Chailly, Symphony 2, live, Leipzig, on DVD (excerpts): 



Chailly, Symphony 8, live, Leipzig, on DVD (excerpts): 




11. Gunther Herbig is another excellent digital era Mahler conductor, & probably my favorite: Herbig has recorded 5, 6, & 9. (Frustratingly, he's never been given a principal conductorship at a top tier orchestra, which is unfair & plain wrong--however, Herbig is known for building top notch orchestras wherever he goes, as he did in Toronto, Berlin, & Saarbrucken...):

*Herbig, Symphony 6: 



*Herbig, Symphony 5: 



*Herbig, Symphony 9: 








(For future reference, here are some names of other notable Mahler conductors that worked during the digital era: Claudio Abbado, Leif Segerstam, Klaus Tennstedt, Pierre Boulez, Eliahu Inbal, and Bernard Haitink (whose live 1980s Christmas matinee concerts at the Concertgebouw show Haitink's Mahler at its best--they're all on You Tube). While Sir Simon Rattle is good in the 10th and 2nd--with sopranos Dame Janet Baker & Arleen Auger in Birmingham. I've also liked Giuseppe Sinopoli's 2nd and 8th on DG, but not so much the rest of his DG cycle. Let's face it, having excellent digital sound quality in Mahler's music is necessary in order to hear the complete scores--even if the performances aren't always as perceptive and insightful as the oldies.

Otherwise, over time, you may wish to eventually explore the earlier Mahler recordings by conductors Jascha Horenstein, whose 3rd is highly regarded, Hans Rosbaud, Bruno Maderna, and Hermann Scherchen.)

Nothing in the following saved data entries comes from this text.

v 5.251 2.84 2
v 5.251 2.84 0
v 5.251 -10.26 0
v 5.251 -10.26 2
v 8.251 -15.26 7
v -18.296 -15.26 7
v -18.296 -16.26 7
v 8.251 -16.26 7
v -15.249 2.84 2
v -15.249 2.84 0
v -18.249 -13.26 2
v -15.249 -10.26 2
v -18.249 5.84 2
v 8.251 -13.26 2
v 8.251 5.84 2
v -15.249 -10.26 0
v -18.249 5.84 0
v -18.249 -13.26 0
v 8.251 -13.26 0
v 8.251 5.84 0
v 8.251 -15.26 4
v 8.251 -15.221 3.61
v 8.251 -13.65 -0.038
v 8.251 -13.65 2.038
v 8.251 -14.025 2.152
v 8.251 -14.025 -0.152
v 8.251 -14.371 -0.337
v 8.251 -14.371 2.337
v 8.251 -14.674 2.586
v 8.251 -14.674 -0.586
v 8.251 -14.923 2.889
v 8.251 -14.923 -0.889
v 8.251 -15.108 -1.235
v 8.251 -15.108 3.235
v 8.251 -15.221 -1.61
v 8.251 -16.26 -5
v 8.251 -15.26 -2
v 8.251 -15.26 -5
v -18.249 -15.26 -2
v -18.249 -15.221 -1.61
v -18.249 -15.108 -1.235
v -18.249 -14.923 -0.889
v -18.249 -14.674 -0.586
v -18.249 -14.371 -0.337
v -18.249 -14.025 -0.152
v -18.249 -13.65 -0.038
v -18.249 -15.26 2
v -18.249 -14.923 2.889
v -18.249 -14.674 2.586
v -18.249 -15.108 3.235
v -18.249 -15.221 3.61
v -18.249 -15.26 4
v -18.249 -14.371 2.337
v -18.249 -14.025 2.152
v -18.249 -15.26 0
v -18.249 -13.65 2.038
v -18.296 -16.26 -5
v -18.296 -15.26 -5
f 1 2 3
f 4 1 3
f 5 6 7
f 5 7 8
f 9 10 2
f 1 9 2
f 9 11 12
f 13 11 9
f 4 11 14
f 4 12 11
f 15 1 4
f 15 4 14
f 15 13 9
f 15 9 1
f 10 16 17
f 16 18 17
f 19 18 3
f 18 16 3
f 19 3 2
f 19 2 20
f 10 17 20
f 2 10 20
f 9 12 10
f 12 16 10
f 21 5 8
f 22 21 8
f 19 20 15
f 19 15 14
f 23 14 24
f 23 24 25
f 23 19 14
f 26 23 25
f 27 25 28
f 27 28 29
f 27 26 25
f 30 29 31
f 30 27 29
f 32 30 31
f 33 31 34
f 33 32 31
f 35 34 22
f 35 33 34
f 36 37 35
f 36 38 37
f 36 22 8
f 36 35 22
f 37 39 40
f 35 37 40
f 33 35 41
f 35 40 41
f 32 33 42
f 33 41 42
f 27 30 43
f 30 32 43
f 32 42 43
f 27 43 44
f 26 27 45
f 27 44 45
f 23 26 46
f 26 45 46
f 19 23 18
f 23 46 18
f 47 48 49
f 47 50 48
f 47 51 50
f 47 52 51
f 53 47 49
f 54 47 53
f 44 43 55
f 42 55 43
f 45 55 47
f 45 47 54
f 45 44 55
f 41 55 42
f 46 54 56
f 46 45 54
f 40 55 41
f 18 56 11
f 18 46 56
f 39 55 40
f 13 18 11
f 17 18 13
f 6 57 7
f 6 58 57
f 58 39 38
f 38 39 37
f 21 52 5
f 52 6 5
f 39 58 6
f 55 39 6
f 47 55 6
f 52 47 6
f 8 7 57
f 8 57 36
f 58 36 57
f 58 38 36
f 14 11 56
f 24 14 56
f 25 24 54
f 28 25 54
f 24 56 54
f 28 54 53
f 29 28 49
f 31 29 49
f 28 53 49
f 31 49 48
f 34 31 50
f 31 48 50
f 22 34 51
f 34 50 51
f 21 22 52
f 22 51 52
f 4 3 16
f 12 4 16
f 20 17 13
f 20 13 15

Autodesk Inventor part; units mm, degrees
ref_plane "YZ Plane" through (0, 0, 0) normal (1, 0, 0) x (0, 1, 0)
ref_plane "XZ Plane" through (0, 0, 0) normal (0, 1, 0) x (-1, 0, 0)
ref_plane "XY Plane" through (0, 0, 0) normal (0, 0, 1) x (1, 0, 0)
sketch "Sketch1" plane through (0, 0, 0) normal (0, 0, 1) x (1, 0, 0)
  line L0 (-18.249, 5.8402) -> (8.251, 5.8402)
  line L1 (8.251, 5.8402) -> (8.251, -15.2598)
  line L2 (8.251, -15.2598) -> (-18.249, -15.2598)
  line L3 (-18.249, -15.2598) -> (-18.249, 5.8402)
  line L4 (-15.249, 2.8402) -> (5.251, 2.8402)
  line L5 (5.251, 2.8402) -> (5.251, -10.2598)
  line L6 (5.251, -10.2598) -> (-15.249, -10.2598)
  line L7 (-15.249, -10.2598) -> (-15.249, 2.8402)
  point P0 (0, 0)
  dimension "d0" = 20.5
  dimension "d1" = 13.1
  dimension "d2" = 3
  dimension "d3" = 3
  dimension "d4" = 5
  dimension "d5" = 3
extrude "Extrusion1" add sketch "Sketch1" along normal blind 2
sketch "Sketch2" plane through (-18.249, -15.2598, 0) normal (0, -1, 0) x (1, 0, 0)
  line L0 (-0.0474, 7) -> (26.5, 7)
  line L1 (26.5, 7) -> (26.5, -5)
  line L2 (26.5, -5) -> (-0.0474, -5)
  line L3 (-0.0474, -5) -> (-0.0474, 7)
  line L4 (0, 2) -> (26.5, 2) projected
  line L5 (26.5, 0) -> (0, 0) projected
  line L6 (26.5, 0) -> (26.5, 2) projected
  point P0 (18.249, 0)
  dimension "d8" = 5
  dimension "d9" = 5
  dimension "d10" = 0
extrude "Extrusion2" add sketch "Sketch2" along normal blind 1
fillet "Fillet1" radius 2 2 edges at (-4.999, -15.2598, 2) (-4.999, -15.2598, 0)
properties part number "switch mount test"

Of course, the above suggestions are not meant to be explored all at once, but over time, as the spirit moves you.

My two cents.

I'll write a second, shorter post for my Bruckner recommendations...


----------



## flamencosketches

Larkenfield said:


> My entrance into Bruckner was Georg Tintner's performance of the Ninth Symphony - and I never turned back on discovering his others symphonies. It starts off like a coiled snake ready to strike with its reserve power... Tintner was a Bruckner specialist who went back to the early editions of these spiritually powerful symphonies. I've never heard Bruckner write an insincere or false note, perhaps because he was so highly spiritually directed that he felt he had to ultimately answer to God.


Damn! I saw this CD in the record store today and passed it up. I will have to try and find it next time I'm there. I was instructed to start with the 4th and 9th as far as Bruckner goes.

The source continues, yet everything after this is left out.